2. Mottley (1908): Well-Pleaded Complaint Rule
a. Rule: A cause of “action arises under law of US” as set forth in U.S.C. §
1331 when a fed. quest. is apparent on face of π’s well-pleaded
complaint.
i. Any fed. quest. that Δ presents in answer or defenses are NOT
sufficient to warrant fed. quest. jx.
b. Virtues of rule:
i. Clarity, easy to administer
ii. Sovereignty/federalism:
1. Fed. cts. are of limited jx -- absent an express auth. for fed.
ct. to hear a case, case stays in state court
c. Criticisms of rule:
i. Allows for forum shopping by π
ii. Both over-inclusive and under-inclusive
1. Over inclusive:
a. Allows complaints w/ non-burning fed. quest. in
complaint to end up in fed. ct.
2. Under-inclusive:
a. Cases that do involve fed. quest. but not in
complaint are kept out of fed. ct.
b. Fairness issue -- deprives Δ of fed. forum.

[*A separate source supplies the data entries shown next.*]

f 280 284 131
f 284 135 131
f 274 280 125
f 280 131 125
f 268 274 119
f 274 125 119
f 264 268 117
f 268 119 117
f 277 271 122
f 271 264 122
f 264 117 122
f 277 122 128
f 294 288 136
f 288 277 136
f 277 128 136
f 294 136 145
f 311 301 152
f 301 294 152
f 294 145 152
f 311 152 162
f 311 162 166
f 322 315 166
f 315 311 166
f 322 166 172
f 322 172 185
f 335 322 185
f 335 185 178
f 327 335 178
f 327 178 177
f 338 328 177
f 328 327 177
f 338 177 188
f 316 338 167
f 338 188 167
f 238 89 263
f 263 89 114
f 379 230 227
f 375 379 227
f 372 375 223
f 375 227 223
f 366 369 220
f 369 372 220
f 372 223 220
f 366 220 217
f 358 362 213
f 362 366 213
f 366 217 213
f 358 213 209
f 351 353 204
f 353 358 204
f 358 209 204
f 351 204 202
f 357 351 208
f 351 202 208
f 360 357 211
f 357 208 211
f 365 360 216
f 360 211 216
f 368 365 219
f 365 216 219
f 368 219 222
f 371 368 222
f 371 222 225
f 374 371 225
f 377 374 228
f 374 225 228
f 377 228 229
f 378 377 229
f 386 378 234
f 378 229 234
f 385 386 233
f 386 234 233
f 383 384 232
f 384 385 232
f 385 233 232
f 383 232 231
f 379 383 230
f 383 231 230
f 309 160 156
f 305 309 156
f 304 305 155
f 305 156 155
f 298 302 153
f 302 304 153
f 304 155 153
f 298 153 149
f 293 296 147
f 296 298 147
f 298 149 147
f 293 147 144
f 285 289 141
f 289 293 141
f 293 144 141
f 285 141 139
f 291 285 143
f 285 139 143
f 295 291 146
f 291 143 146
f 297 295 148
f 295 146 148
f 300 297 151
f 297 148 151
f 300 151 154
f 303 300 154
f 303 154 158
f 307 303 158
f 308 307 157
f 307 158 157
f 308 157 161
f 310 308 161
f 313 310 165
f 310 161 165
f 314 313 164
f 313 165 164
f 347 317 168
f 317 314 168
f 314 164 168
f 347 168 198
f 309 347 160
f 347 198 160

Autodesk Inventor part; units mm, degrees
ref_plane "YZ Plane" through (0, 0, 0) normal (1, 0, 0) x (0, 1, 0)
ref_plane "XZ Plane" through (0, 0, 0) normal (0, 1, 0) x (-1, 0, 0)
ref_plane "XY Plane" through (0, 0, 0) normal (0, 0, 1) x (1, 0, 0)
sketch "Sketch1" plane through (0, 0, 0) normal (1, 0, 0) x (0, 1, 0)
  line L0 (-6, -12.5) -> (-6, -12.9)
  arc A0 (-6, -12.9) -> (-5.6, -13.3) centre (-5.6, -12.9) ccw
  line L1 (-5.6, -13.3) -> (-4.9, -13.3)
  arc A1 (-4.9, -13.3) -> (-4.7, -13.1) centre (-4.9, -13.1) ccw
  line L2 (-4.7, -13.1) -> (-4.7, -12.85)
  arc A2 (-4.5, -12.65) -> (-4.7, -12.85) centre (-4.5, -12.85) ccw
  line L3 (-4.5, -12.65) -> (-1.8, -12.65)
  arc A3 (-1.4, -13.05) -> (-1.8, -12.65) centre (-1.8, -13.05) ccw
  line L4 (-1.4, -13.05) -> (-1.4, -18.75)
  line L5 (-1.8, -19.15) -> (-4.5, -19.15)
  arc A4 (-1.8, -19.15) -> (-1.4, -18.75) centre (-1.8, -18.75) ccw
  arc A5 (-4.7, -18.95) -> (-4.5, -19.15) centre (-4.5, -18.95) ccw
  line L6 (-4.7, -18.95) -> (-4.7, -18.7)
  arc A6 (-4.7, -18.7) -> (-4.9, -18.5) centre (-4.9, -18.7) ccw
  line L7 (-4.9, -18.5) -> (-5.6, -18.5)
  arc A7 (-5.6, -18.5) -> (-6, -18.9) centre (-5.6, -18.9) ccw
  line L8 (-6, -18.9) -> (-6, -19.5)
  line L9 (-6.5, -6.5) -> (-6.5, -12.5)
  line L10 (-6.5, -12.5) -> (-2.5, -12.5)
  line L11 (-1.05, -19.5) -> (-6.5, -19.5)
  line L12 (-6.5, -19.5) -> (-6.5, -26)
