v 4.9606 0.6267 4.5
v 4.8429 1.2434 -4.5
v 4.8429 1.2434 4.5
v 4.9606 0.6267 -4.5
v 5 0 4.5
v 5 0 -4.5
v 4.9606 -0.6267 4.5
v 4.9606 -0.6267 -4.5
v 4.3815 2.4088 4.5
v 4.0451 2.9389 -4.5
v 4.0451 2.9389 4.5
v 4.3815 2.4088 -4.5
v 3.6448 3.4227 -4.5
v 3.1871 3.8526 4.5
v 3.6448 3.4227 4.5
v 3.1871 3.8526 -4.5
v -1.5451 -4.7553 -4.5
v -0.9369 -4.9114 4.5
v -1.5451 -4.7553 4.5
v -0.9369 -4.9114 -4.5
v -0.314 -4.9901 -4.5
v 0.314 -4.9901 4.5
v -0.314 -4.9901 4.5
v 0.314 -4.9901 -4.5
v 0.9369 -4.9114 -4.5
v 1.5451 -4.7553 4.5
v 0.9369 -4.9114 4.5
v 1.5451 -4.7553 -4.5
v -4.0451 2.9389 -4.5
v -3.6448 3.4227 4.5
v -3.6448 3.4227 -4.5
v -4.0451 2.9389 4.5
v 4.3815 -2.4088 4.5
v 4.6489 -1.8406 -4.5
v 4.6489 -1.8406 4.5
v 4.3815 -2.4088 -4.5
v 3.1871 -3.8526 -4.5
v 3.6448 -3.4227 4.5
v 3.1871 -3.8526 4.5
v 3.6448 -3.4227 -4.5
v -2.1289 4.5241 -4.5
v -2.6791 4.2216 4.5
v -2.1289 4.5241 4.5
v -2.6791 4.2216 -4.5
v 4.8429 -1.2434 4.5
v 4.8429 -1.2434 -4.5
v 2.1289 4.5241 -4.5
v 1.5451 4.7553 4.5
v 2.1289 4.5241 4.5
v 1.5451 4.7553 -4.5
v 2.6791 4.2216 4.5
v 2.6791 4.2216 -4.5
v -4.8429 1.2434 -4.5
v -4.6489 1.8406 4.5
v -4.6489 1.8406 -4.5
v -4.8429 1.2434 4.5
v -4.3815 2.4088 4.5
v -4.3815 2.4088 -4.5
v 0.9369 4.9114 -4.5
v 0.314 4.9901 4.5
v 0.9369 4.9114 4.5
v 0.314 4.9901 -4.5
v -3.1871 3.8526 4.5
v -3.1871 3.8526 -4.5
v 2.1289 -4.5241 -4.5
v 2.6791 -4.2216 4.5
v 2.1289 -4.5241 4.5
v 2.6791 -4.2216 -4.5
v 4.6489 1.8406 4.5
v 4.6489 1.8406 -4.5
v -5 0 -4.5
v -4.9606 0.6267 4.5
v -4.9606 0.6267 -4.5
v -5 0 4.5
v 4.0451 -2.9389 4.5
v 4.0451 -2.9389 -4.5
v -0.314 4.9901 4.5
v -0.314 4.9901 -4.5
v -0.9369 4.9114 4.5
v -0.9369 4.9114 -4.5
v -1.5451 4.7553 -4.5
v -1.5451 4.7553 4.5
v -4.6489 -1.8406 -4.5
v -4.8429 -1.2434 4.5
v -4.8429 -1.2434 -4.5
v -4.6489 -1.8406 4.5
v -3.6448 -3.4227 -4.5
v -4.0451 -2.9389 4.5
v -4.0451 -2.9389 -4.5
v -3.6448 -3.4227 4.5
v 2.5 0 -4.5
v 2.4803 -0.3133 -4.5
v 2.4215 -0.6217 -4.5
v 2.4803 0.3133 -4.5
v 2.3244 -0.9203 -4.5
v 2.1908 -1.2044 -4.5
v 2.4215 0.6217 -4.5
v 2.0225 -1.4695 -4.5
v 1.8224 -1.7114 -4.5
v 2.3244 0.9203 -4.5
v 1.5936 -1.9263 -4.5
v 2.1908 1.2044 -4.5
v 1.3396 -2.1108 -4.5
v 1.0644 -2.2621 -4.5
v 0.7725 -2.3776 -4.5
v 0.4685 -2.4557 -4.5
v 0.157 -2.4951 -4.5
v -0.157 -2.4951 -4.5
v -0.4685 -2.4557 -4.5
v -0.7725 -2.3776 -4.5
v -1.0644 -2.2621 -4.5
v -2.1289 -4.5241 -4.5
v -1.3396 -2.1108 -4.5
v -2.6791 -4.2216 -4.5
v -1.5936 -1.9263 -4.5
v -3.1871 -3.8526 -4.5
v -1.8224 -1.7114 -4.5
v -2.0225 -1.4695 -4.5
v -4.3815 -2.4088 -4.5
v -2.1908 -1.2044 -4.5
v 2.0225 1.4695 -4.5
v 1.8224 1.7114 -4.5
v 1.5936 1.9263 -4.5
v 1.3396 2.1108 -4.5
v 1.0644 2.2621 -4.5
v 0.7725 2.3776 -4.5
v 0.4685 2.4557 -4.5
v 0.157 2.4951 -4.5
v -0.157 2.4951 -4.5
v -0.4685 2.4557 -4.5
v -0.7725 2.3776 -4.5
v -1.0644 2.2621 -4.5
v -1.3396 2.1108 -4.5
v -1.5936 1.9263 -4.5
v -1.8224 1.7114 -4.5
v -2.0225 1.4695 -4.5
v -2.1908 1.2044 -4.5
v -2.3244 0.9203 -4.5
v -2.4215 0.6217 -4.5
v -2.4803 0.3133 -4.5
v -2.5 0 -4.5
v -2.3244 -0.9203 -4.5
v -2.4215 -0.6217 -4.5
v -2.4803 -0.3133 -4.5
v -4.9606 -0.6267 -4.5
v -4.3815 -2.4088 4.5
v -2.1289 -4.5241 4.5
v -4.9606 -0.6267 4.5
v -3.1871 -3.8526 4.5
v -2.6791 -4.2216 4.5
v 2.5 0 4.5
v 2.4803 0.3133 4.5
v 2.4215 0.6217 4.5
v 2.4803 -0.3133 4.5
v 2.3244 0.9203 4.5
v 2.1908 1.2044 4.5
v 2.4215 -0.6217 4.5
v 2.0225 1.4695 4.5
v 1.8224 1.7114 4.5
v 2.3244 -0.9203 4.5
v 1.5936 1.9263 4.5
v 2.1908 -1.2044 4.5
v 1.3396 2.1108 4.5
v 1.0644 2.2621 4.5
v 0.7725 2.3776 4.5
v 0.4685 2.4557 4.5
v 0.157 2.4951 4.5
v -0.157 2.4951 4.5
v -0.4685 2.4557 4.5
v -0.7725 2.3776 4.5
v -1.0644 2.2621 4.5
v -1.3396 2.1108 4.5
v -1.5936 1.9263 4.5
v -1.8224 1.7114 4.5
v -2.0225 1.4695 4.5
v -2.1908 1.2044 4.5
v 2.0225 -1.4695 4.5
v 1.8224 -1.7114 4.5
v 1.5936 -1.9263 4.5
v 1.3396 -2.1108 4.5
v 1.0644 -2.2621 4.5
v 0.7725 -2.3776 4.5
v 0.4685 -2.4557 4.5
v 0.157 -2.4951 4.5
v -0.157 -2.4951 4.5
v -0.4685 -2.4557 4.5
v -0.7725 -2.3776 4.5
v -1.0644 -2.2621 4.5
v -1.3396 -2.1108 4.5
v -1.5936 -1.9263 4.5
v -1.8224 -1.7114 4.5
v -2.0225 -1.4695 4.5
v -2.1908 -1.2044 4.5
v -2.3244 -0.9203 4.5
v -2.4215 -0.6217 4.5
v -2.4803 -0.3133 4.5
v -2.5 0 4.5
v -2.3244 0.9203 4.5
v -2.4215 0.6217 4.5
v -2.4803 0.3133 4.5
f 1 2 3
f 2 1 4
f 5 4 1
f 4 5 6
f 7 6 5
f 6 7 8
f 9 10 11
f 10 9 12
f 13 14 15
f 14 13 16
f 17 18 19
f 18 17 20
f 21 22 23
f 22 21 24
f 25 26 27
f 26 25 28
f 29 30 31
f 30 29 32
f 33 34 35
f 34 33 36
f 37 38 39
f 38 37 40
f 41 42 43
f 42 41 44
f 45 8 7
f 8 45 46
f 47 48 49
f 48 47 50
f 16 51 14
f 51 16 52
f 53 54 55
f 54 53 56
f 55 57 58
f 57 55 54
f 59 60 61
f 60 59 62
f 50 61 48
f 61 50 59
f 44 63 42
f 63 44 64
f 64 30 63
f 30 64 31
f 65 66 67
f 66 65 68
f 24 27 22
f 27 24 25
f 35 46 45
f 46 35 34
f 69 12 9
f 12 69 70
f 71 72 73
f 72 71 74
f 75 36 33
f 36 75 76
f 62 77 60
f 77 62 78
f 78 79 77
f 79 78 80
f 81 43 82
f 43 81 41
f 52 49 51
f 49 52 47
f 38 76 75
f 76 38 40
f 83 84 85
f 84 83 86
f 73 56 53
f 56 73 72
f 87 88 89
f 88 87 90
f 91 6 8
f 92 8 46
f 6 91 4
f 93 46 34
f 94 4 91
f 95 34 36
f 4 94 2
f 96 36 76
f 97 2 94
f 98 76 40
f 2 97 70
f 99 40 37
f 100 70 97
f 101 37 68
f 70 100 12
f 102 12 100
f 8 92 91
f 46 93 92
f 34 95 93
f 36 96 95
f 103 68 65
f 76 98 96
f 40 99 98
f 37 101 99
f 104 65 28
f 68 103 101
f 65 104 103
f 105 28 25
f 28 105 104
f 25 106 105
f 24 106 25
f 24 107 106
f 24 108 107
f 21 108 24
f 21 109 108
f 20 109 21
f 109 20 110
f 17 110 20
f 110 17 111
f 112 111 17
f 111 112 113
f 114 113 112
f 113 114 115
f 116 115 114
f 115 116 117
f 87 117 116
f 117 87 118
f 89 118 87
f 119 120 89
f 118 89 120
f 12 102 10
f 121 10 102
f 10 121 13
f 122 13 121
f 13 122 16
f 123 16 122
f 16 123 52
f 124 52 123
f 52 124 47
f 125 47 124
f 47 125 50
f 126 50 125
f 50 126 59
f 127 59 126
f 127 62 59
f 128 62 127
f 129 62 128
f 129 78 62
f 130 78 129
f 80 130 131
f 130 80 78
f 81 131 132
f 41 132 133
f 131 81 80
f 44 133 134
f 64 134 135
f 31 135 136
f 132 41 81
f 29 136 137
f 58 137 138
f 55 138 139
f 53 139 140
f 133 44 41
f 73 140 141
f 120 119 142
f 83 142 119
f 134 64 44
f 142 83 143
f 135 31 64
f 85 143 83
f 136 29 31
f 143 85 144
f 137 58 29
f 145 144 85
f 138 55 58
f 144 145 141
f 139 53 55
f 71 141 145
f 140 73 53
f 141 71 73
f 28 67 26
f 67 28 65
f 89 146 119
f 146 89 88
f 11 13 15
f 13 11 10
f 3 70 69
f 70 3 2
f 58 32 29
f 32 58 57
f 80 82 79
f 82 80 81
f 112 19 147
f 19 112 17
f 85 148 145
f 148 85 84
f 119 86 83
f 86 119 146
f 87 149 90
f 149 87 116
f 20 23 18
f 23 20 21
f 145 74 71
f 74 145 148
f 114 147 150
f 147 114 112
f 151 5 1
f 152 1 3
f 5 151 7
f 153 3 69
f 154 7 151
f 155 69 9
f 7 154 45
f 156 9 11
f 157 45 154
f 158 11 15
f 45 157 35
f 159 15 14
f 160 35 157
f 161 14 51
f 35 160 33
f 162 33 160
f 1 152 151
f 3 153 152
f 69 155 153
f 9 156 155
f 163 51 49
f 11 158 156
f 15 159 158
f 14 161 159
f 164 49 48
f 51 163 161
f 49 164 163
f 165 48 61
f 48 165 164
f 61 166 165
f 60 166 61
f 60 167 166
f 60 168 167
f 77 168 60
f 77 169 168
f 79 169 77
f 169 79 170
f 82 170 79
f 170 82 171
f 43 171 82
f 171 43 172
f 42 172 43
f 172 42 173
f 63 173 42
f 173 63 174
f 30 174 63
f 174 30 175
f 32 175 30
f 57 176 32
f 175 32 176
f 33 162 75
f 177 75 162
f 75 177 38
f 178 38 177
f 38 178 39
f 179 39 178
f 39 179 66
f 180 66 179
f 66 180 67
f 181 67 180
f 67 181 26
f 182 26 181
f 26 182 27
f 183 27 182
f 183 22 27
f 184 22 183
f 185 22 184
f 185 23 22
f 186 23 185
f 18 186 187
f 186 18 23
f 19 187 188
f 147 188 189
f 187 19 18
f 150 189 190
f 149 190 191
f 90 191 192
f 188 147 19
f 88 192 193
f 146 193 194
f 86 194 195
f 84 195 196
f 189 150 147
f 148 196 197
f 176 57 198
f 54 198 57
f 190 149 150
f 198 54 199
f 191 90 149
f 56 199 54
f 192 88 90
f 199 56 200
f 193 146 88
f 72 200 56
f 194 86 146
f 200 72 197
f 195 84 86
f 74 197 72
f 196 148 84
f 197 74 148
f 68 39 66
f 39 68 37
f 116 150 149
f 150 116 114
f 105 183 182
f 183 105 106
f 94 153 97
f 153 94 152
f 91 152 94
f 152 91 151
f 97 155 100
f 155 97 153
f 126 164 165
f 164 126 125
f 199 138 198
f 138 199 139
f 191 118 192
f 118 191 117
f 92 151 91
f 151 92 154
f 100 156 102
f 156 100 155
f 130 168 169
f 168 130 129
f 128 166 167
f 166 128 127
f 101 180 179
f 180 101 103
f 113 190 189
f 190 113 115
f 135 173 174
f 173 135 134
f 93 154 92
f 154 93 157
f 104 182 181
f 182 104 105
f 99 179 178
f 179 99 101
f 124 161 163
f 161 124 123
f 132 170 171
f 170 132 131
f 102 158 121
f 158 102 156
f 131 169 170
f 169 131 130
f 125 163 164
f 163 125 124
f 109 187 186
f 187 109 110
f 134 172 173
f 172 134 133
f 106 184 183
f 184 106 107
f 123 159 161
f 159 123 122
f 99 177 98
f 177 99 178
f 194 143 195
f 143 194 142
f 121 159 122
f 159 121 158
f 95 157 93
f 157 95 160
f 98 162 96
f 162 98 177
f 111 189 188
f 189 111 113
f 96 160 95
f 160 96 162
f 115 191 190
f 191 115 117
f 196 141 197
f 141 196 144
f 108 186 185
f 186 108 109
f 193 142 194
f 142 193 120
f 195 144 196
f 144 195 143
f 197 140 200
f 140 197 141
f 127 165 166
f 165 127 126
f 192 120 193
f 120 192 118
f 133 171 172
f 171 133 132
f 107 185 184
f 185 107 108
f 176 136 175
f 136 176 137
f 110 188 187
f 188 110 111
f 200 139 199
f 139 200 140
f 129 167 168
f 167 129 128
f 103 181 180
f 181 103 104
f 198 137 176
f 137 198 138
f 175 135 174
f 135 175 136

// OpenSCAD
$fn = 50;


difference() {
	union() {
		translate(v = [0, 0, -4.5000000000]) {
			cylinder(h = 9, r = 5.0000000000);
		}
	}
	union() {
		translate(v = [0, 0, -100.0000000000]) {
			cylinder(h = 200, r = 2.5000000000);
		}
	}
}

d. Master of the Complaint rule
i. Well-pleaded complaint rule allows the π to avoid fed. jx by
exclusive reliance on state law
e. The Artful Pleading Doctrine
i. Cts do not let π avoid/obtain fed. jx. through “artful pleading”
1. Ct knows that the π is the “master of the complaint”, peers
behind the complaint and decides whether or not the case
belongs in fed. ct.
ii. Serves as a constraint on the well-pleaded complaint rule
f. Exception to well-pleaded complaint rule:
i. 28 U.S.C. § 2241: Federal declaratory judgment act
1. Any party can go to fed ct to obtain a “declaration of
rights” – creates a COA instead of waiting around for a
lawsuit to happen
a. Has to be issued before suit is filed by either party
under another COA
b. Does not preclude suits from happening, just
serves as a precedent
c. Can’t use to create federal issue where it wouldn’t
exist
i. Test: If parties were flipped, would fed jx
still exist?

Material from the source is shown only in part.